Experimental results indicate that the representations learned by the Vision Transformer (ViT) encoder exhibit compositional properties. Specifically, images were reconstructed from Discrete Wavelet Transform (DWT) primitives generated at the final layer of the ViT encoder, and classification accuracy was evaluated on the reconstructed images. The study found that classification performance using these reconstructed images was nearly equivalent to that of the original ViT model, suggesting the encoder effectively captures and represents image information in a compositional manner based on DWT primitives. This demonstrates that the ViT encoder’s learned features can be decomposed into fundamental frequency components and recombined with minimal loss of representational power, as measured by downstream classification tasks.

Analysis of image reconstruction using the Discrete Wavelet Transform at Level 2 – a deeper decomposition than Level 1 – demonstrates a slight reduction in classification accuracy compared to the original ViT model. However, measurable performance is still achieved, indicating that a significant degree of compositional information is retained even with increased decomposition. This suggests that while some information is lost during deeper wavelet decomposition, the core structure and relationships necessary for effective image representation are not entirely eliminated, and the resulting representations remain useful for downstream tasks like classification.

Evaluations were conducted to determine the persistence of compositional representation qualities under common image distortions. Results indicate that the learned representations, derived from the Discrete Wavelet Transform, maintain a measurable degree of robustness when subjected to JPEG compression and the addition of Gaussian noise. Specifically, performance metrics remained within acceptable ranges despite these distortions, suggesting that the ability to decompose and reconstruct images based on wavelet primitives is not significantly degraded by these typical forms of image manipulation, and that the compositional information remains largely intact even with the introduction of noise or compression artifacts.

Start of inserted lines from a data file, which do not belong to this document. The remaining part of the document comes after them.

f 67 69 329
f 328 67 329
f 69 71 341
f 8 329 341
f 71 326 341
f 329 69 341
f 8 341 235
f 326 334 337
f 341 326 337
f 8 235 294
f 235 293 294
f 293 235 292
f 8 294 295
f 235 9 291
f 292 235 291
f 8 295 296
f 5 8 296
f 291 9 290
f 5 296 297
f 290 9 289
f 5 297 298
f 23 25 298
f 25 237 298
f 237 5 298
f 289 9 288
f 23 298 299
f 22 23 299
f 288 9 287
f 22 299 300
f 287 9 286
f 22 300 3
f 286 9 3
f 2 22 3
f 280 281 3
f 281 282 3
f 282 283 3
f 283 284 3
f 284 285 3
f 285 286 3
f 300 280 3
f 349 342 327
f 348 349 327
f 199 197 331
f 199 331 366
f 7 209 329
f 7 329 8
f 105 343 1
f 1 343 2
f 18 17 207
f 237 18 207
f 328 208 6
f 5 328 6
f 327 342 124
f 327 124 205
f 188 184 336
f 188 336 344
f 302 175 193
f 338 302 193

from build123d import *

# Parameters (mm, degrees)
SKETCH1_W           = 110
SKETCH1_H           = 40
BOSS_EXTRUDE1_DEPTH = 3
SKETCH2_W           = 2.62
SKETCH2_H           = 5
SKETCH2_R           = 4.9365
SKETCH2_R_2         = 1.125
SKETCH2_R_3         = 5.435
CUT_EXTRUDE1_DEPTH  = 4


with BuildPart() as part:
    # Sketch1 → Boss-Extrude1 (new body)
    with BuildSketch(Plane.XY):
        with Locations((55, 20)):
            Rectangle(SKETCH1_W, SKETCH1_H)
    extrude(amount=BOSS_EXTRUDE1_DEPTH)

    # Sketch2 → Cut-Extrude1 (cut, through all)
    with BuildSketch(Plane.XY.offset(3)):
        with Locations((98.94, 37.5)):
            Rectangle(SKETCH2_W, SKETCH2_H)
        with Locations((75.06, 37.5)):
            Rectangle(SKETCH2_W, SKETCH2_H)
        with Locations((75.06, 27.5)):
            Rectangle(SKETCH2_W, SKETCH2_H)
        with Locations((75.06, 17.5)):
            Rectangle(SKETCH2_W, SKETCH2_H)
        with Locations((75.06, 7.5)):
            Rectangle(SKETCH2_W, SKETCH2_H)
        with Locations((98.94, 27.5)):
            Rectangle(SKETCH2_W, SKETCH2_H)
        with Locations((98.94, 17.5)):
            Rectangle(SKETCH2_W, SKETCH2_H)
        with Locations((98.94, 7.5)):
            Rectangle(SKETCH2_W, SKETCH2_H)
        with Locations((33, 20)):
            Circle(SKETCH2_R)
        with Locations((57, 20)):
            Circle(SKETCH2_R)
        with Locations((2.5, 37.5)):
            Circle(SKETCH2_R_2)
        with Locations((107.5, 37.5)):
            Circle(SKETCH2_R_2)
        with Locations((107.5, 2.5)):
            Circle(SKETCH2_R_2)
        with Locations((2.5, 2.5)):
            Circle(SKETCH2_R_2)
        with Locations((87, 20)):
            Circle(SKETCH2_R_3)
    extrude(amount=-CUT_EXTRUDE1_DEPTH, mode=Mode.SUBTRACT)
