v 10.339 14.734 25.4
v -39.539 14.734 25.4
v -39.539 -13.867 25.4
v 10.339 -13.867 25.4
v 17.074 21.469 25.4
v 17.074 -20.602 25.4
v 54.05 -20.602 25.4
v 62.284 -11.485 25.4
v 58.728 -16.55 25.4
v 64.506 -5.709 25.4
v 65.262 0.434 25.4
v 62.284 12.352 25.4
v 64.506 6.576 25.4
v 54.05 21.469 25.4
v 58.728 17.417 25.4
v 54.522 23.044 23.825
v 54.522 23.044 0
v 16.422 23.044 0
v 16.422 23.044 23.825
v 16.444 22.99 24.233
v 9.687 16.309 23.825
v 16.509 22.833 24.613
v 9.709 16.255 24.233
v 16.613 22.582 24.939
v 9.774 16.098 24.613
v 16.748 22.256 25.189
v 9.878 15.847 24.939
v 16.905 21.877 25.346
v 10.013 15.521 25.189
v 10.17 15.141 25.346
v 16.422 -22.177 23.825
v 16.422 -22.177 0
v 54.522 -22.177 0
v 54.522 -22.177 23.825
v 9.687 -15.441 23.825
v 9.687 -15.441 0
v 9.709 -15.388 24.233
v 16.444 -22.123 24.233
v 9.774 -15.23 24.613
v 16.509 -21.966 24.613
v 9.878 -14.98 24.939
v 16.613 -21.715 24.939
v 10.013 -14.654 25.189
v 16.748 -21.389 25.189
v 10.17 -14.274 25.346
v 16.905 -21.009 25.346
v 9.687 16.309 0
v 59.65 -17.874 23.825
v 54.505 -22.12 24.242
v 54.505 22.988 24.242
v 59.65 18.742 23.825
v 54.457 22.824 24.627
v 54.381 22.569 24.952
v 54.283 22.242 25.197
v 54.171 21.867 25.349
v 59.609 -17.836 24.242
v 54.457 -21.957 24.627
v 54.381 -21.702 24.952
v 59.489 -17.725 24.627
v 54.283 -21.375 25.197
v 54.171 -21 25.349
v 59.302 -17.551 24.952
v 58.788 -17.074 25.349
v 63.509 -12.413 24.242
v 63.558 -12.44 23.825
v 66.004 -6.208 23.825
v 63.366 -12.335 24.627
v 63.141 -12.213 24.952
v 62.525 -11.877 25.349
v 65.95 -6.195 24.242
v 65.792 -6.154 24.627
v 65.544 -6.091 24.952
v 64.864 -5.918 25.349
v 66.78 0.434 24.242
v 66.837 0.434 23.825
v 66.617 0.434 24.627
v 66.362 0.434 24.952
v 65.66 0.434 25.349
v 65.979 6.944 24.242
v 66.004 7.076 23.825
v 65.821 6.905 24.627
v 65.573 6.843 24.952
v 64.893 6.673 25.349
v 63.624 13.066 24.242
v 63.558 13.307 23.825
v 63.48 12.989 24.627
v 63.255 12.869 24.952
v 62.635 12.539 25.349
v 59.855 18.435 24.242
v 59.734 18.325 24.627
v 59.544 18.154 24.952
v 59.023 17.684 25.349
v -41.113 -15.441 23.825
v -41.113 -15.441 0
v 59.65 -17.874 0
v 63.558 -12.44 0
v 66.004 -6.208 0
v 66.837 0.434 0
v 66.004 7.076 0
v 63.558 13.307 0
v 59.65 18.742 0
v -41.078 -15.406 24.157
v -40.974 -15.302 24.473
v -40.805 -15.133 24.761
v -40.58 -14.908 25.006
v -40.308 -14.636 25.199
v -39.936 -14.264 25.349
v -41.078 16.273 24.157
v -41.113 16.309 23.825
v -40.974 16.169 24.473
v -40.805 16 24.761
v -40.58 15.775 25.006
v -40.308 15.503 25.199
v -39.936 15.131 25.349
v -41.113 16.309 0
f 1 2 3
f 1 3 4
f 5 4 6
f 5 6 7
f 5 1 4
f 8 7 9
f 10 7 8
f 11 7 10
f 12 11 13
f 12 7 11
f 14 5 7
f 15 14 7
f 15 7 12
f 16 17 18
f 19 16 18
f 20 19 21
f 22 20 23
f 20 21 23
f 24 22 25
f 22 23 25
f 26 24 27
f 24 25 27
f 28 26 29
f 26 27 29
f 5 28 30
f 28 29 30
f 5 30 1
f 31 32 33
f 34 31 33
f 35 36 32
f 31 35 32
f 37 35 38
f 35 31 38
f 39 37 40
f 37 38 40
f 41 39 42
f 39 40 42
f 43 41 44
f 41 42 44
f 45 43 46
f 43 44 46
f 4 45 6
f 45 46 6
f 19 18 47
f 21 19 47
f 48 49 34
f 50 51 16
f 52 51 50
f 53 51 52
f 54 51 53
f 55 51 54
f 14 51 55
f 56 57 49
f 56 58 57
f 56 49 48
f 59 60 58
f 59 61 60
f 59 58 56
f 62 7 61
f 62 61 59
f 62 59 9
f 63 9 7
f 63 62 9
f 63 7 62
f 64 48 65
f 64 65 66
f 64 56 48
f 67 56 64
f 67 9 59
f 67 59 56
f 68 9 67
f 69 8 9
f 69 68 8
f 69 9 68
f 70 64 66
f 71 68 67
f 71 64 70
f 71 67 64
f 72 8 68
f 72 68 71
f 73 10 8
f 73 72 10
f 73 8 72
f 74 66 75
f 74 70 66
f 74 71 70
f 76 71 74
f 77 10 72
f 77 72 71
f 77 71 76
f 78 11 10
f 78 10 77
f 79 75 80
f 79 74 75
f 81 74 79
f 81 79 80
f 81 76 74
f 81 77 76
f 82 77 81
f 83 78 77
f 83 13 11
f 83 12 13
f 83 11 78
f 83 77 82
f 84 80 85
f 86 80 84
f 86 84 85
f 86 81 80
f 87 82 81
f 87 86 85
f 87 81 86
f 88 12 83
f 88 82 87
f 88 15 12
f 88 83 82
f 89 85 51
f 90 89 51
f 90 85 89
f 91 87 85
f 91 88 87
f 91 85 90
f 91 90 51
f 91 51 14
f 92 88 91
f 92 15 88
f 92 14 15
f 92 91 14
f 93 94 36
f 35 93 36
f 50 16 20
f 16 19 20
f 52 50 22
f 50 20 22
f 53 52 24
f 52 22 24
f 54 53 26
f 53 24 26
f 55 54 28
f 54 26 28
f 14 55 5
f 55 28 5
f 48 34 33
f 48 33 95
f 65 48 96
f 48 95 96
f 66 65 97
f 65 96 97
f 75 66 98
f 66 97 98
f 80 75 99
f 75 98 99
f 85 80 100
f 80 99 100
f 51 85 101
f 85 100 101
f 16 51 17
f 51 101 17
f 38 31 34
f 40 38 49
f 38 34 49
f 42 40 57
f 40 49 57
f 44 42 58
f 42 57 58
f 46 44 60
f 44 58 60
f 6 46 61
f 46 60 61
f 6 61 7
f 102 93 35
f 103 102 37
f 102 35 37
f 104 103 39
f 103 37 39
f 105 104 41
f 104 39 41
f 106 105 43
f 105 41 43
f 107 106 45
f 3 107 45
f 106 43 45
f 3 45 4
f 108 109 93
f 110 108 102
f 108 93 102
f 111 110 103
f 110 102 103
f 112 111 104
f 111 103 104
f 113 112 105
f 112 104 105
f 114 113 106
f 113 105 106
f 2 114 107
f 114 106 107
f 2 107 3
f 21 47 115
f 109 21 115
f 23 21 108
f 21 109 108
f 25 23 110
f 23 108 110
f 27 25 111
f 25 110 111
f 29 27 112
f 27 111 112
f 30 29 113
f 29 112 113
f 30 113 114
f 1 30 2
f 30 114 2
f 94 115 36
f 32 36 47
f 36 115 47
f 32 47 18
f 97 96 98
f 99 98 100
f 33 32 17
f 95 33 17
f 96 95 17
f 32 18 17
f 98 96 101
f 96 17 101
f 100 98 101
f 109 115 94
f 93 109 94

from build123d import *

# Parameters (mm, degrees)
F1_DEPTH = 25.4
F2_R     = 1.5748


with BuildPart() as f1:
    # F0 (on Top) → F1 (new body)
    with BuildSketch(Plane.XY):
        with BuildLine():
            Line((-41.113433, 16.30855), (-41.113433, -15.44145))
            Line((-41.113433, -15.44145), (9.686567, -15.44145))
            Line((9.686567, -15.44145), (16.421759, -22.176642))
            Line((16.421759, -22.176642), (54.521759, -22.176642))
            ThreePointArc((54.521759, -22.176642), (66.836567, 0.43355), (54.521759, 23.043742))
            Line((54.521759, 23.043742), (16.421759, 23.043742))
            Line((16.421759, 23.043742), (9.686567, 16.30855))
            Line((9.686567, 16.30855), (-41.113433, 16.30855))
        make_face()
    extrude(amount=F1_DEPTH)

    # F2
    f2_edges = [f1.edges().sort_by_distance(p)[0] for p in [
        (35.471759, 23.043742, 25.4),
        (13.054163, 19.676146, 25.4),
        (-15.713433, 16.30855, 25.4),
        (-41.113433, 0.43355, 25.4),
        (-15.713433, -15.44145, 25.4),
        (13.054163, -18.809046, 25.4),
        (35.471759, -22.176642, 25.4),
        (66.836567, 0.43355, 25.4),
    ]]
    fillet(f2_edges, radius=F2_R)


solid = f1.part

While Discrete Fourier and Cosine Transforms yield subbands representing global frequencies, the Discrete Wavelet Transform uniquely provides spatially localized subbands that facilitate compositionality analysis.

Expanding the Horizon: What Does All This Mean for the Future?

Initially heralded for image classification, Vision Transformers are rapidly demonstrating a remarkable adaptability extending far beyond their original scope. Current research showcases their effectiveness in object detection, where they accurately identify and localize multiple objects within an image, and semantic segmentation, enabling pixel-level understanding of image content. Moreover, these models are now successfully generating descriptive captions for images, bridging the gap between visual data and natural language. This versatility stems from their inherent ability to model long-range dependencies within images, allowing them to capture contextual information crucial for complex visual reasoning tasks and ultimately suggesting a future where a single transformer architecture can underpin a wide range of computer vision applications.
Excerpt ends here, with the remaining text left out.